夏侯惇は半ば、呆れるように馬に乗り、曹操の後を追って行った。
『・・・まったく、怒られるのは俺なんだぞ・・・』
馬を疾走させて、数時間。辺りは闇に染まる寸前だった。
「孟徳、何処へ行くんだ?ずい分と遠くへきたぞ。それに・・・」
並ぶように走る馬上で夏侯惇は除々に心配になっていく。
辺りが暗くなれば、息を潜めていた曹操を狙う刺客も躍り出る。
闇は絶好の機会である。
さらに、遠出となれば、なおさら・・・。今は曹操と二人だけなのだ。
まぁ、曹操のその性格は今に始まったことではないが、
付き合うほうの身になって欲しいと夏侯惇は毎度のように思う。
半ば、強制的に振り回されているが、夏侯惇は本音としては楽しい。
曹操と二人で何処かへ行く。それだけでも嬉しいが、
自分を信頼していると、いう思いが肌で感じられる。
「元譲、着いたぞ」
ふと、曹操は馬を止める。馬は歩みを止めるとヒヒヒィィィィ〜と体を震わせた。
二人は丘の上っぽい場所に立っている。
「見よ、元譲。綺麗であろう?」
そう言われて、夏侯惇は曹操の視線の先に目を向ける。
広大な風景・・・大地がそこに映し出され、
夕焼けの赤とオレンジの色彩が、その大地をさらに綺麗に染めていた。
「おぉ・・・見事だ・・・」
夏侯惇は思わず、その美しさに感嘆の声を上げる。
「そうであろう?一度、元譲に見せたかったのだ」
曹操は夏侯惇の方を振り向くと、心なしか笑みを浮かべた。
「わしはな・・・元譲。この風景を・・・この壮大な大地を手に入れたいのだ。
お前とどこまでも走り続けていたいのだ・・・」
――元譲・・・ついて来てくれるな・・・?――
その最後の言葉を言いかけた曹操の口を夏侯惇は遮った。
「孟徳・・・今さら、返事を聞かんでもわかっているだろう?」
すでに夏侯惇の心は決まっている。
あの日、曹操が兵を挙げた日からずっと・・・彼の元を離れまいと誓った・・・・。
その心に偽りも迷いもない。
「それも・・・そうだな・・・」
そのあと、二人は互いに顔を見合わせると何が可笑しかったのか、笑い始めた。
近くの大木に揃って腰をかけると、
夏侯惇は、思い出したように懐から何かを取り出す。
それは市場で購入した短刀であった。
「孟徳・・・やる」
夏侯惇はぶっきら棒に短刀を曹操の前に突き出した。
曹操はそれを見つめると、何だこれは?と言った。
「短刀だ。

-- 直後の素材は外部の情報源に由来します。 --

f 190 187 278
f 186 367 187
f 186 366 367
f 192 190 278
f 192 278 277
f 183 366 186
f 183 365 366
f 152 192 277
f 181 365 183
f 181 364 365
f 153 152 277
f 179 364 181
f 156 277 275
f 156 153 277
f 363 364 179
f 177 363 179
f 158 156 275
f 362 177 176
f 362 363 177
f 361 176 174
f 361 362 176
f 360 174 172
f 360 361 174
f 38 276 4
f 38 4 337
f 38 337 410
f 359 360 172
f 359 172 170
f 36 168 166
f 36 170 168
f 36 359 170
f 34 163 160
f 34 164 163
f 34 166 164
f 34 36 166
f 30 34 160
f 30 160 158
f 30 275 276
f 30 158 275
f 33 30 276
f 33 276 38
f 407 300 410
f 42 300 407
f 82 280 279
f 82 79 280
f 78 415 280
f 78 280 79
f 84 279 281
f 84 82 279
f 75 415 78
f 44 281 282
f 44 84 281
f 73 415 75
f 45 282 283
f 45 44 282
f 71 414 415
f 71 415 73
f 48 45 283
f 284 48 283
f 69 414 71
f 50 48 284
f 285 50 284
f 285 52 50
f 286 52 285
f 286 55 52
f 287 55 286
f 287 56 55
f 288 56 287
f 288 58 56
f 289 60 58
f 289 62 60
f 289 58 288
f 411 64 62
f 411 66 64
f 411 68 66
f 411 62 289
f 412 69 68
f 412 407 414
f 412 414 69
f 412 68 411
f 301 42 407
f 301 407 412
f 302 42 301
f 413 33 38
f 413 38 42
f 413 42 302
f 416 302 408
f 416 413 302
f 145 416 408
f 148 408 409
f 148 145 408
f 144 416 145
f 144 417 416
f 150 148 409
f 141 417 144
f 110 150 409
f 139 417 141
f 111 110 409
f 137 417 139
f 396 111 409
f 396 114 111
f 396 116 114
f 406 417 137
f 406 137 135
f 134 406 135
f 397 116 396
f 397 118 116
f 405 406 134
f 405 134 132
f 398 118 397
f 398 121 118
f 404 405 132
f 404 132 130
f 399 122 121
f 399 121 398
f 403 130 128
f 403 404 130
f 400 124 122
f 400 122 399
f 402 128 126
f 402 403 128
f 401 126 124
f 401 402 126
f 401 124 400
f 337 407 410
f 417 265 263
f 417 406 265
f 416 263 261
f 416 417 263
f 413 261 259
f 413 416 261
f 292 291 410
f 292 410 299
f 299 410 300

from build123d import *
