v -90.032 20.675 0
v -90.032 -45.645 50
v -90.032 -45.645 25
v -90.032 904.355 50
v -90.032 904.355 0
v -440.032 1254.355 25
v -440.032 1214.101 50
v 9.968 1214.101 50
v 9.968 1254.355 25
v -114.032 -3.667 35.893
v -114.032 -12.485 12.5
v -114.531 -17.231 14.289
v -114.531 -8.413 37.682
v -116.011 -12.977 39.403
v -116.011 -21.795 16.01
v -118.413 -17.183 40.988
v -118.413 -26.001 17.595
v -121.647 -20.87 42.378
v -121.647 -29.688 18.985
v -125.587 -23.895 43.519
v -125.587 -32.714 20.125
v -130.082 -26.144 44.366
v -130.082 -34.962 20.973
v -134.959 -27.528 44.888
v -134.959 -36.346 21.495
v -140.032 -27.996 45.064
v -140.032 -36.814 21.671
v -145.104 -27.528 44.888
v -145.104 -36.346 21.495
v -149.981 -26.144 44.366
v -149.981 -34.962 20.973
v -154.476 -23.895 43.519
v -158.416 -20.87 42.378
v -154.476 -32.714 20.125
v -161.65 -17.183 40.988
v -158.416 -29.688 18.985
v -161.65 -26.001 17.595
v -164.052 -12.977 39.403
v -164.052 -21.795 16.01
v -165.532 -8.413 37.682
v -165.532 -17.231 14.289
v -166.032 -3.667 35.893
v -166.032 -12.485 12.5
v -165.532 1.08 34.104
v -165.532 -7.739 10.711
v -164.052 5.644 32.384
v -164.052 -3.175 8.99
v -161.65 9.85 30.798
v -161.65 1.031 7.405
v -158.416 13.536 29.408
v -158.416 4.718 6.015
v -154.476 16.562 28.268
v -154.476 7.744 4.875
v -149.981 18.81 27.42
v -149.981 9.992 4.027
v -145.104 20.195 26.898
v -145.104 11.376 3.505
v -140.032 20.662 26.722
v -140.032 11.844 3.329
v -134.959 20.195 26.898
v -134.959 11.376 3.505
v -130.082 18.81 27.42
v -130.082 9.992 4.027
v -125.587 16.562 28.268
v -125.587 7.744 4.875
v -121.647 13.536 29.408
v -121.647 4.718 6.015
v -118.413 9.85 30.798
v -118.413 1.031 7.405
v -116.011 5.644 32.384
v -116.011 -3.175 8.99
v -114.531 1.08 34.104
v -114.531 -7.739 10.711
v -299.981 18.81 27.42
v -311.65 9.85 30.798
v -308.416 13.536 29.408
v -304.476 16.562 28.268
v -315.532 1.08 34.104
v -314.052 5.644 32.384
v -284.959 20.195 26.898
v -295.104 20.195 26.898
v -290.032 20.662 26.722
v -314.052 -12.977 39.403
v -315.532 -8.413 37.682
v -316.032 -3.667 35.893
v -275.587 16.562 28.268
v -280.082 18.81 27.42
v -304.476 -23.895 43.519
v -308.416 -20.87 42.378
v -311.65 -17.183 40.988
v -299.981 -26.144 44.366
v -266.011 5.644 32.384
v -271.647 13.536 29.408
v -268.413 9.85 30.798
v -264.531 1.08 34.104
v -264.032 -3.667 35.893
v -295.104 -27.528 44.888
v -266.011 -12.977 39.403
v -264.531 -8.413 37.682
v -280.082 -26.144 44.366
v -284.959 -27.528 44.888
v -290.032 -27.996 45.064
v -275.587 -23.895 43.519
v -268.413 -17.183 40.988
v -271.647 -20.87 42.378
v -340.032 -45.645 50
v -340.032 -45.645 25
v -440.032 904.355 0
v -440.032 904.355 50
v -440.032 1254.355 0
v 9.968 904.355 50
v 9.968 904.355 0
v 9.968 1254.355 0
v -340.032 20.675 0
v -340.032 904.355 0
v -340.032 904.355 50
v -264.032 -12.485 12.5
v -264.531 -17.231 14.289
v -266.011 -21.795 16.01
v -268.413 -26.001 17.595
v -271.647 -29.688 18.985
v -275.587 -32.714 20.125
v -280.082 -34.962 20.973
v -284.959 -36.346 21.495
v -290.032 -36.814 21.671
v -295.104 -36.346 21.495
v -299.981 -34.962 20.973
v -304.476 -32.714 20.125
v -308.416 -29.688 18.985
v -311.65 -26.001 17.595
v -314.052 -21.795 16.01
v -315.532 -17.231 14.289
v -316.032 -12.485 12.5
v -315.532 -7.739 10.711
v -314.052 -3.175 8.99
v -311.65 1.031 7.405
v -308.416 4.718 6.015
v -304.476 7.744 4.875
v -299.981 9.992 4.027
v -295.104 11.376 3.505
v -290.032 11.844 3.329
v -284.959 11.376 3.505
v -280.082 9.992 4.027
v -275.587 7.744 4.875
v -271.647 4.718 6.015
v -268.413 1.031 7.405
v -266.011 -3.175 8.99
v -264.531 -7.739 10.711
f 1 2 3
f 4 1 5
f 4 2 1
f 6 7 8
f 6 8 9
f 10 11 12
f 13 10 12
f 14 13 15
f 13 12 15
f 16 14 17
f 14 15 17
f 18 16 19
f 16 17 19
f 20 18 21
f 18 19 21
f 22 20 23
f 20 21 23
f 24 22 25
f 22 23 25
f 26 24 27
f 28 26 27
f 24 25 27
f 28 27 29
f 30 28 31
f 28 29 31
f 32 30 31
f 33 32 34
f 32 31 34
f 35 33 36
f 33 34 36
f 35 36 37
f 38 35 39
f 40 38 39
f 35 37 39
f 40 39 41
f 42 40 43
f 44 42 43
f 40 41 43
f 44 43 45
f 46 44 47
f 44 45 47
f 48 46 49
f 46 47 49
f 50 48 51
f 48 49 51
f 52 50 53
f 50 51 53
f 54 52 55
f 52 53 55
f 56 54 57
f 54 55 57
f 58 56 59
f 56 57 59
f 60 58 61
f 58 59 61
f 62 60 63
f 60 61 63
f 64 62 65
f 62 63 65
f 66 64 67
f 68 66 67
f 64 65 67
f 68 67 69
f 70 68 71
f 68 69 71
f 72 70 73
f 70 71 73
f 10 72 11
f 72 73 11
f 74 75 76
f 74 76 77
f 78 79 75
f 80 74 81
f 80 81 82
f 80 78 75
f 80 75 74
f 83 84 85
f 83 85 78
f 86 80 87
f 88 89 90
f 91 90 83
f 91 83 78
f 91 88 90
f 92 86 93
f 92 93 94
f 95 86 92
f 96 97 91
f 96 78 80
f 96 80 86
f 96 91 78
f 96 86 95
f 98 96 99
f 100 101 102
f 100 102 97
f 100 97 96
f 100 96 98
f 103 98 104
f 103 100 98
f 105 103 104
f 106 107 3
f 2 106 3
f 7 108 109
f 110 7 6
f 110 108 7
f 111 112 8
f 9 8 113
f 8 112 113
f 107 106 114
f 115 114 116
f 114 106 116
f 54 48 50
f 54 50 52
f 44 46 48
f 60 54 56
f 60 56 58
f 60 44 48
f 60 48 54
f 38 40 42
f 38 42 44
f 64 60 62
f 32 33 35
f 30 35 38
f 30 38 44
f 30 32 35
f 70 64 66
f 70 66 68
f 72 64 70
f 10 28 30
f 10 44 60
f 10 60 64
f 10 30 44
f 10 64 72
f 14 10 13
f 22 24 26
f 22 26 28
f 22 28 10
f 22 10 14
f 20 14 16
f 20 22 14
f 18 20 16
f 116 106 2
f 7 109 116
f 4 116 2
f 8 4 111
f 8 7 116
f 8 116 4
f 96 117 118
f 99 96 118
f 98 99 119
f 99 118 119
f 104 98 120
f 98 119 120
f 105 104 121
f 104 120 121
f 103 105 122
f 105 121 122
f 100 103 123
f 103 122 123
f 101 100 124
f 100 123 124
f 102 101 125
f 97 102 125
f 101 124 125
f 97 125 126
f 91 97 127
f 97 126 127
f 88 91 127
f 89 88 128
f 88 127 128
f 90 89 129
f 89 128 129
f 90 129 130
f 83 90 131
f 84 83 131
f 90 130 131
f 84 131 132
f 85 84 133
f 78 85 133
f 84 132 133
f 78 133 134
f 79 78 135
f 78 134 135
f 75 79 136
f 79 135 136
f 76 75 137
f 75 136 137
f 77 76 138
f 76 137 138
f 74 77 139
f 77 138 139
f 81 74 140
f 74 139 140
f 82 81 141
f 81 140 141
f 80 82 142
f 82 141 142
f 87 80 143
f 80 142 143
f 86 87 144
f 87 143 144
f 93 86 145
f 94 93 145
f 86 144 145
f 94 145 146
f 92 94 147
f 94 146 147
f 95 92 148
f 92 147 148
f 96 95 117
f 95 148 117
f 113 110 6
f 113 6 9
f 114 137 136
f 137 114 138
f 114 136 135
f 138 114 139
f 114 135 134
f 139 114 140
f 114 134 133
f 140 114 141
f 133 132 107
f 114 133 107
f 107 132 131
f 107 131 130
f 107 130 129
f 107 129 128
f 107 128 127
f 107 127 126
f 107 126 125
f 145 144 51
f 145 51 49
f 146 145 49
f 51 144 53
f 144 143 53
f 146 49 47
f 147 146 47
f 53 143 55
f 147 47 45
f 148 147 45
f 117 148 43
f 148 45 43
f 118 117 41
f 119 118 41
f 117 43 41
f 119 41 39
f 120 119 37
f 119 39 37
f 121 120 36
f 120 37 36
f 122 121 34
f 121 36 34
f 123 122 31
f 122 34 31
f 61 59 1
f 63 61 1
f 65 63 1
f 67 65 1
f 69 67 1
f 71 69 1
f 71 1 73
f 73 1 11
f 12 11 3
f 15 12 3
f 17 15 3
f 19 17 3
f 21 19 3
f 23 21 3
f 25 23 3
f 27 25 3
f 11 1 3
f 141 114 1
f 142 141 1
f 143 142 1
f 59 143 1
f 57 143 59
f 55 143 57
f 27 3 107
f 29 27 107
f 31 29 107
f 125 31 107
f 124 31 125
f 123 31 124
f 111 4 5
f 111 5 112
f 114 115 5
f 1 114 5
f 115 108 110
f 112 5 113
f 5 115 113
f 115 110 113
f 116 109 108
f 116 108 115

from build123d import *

# Parameters (mm, degrees)
F0_W     = 450
F0_H     = 1300
F1_DEPTH = 50
F2_W     = 100
F2_H     = 950
F3_DEPTH = 50.001
F5_DEPTH = 350.001
F7_DEPTH = 450.001
F8_R     = 26
F9_DEPTH = 25


with BuildPart() as f1:
    # F0 (on Top) → F1 (new body)
    with BuildSketch(Plane.XY):
        with Locations((-215.0315403938, 604.3549530208)):
            Rectangle(F0_W, F0_H)
    extrude(amount=F1_DEPTH)

    # F2 (on face) → F3 (cut, through all)
    with BuildSketch(Plane.XY.offset(50)):
        with Locations((-390.0315403938, 429.3549530208)):
            Rectangle(F2_W, F2_H)
        with Locations((-40.0315403938, 429.3549530208)):
            Rectangle(F2_W, F2_H)
    extrude(amount=-F3_DEPTH, mode=Mode.SUBTRACT)

    # F4 (on face) → F5 (cut, through all)
    with BuildSketch(Plane.YZ.offset(-90.0315403938)):
        Polygon((20.675143227, 0), (-45.6450469792, 25), (-45.6450469792, 0), align=None)
    extrude(amount=-F5_DEPTH, mode=Mode.SUBTRACT)

    # F6 (on face) → F7 (cut, through all)
    with BuildSketch(Plane.YZ.offset(9.9684596062)):
        Polygon((1214.1013145447, 50), (1254.3549530208, 25), (1254.3549530208, 50), align=None)
    extrude(amount=-F7_DEPTH, mode=Mode.SUBTRACT)

    # F8 (on face) → F9 (cut)
    with BuildSketch(Plane(origin=(0, 2.5723708618, 6.8240049934), x_dir=(1, 0, 0), z_dir=(0, -0.3527301048, -0.9357251056))):
        with Locations((-140.0315403938, 16.0916092218)):
            Circle(F8_R)
        with Locations((-290.0315403938, 16.0916092218)):
            Circle(F8_R)
    extrude(amount=-F9_DEPTH, mode=Mode.SUBTRACT)


solid = f1.part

見れば分かるだろう、護身用にはなる」
曹操はとりあえず、それを受け取ると、鞘から刀身を抜く。
抜きながら、マジマジとその短刀を見つめる。
「う・・・む・・・確かに・・・いい代物だな・・・」
夕闇に刃が反射し、鋭い光を放つ。よく切れそうな短刀だった。
そんな曹操を見ていた、夏侯惇は隣で口元を緩めていた。
――やっぱり・・・孟徳には龍が似合うな・・・――
改めて、そんなことを夏侯惇はふと、思った。
威厳に満ち、信念を貫こうとする意思の強さ。
それでいて、上に立つ者の孤独さ・・・。
曹操のそれらが、何故か崇拝的生物である龍と重ねてしまう。
夏侯惇は知っていた。
彼が孤独なことを・・・。
本当は心が脆いということも・・・。
――孟徳・・・俺は・・・最後の一人になっても・・・――
サワサワ
「元譲、戻るか・・・」
「あぁ」
闇が静かに二人を包み始める。
風が二人の間をすり抜ける。
――最後の一人になっても・・・俺は側にいる・・・お前のそばから・・・離れない――
曹操は身近に夏侯惇の存在を感じながら、その想いを嬉しく感じていた。
彼と一緒ならば・・・怖いものなど・・・ない――
その瞳に新たなる決意を宿し、二人はその場所を後にした。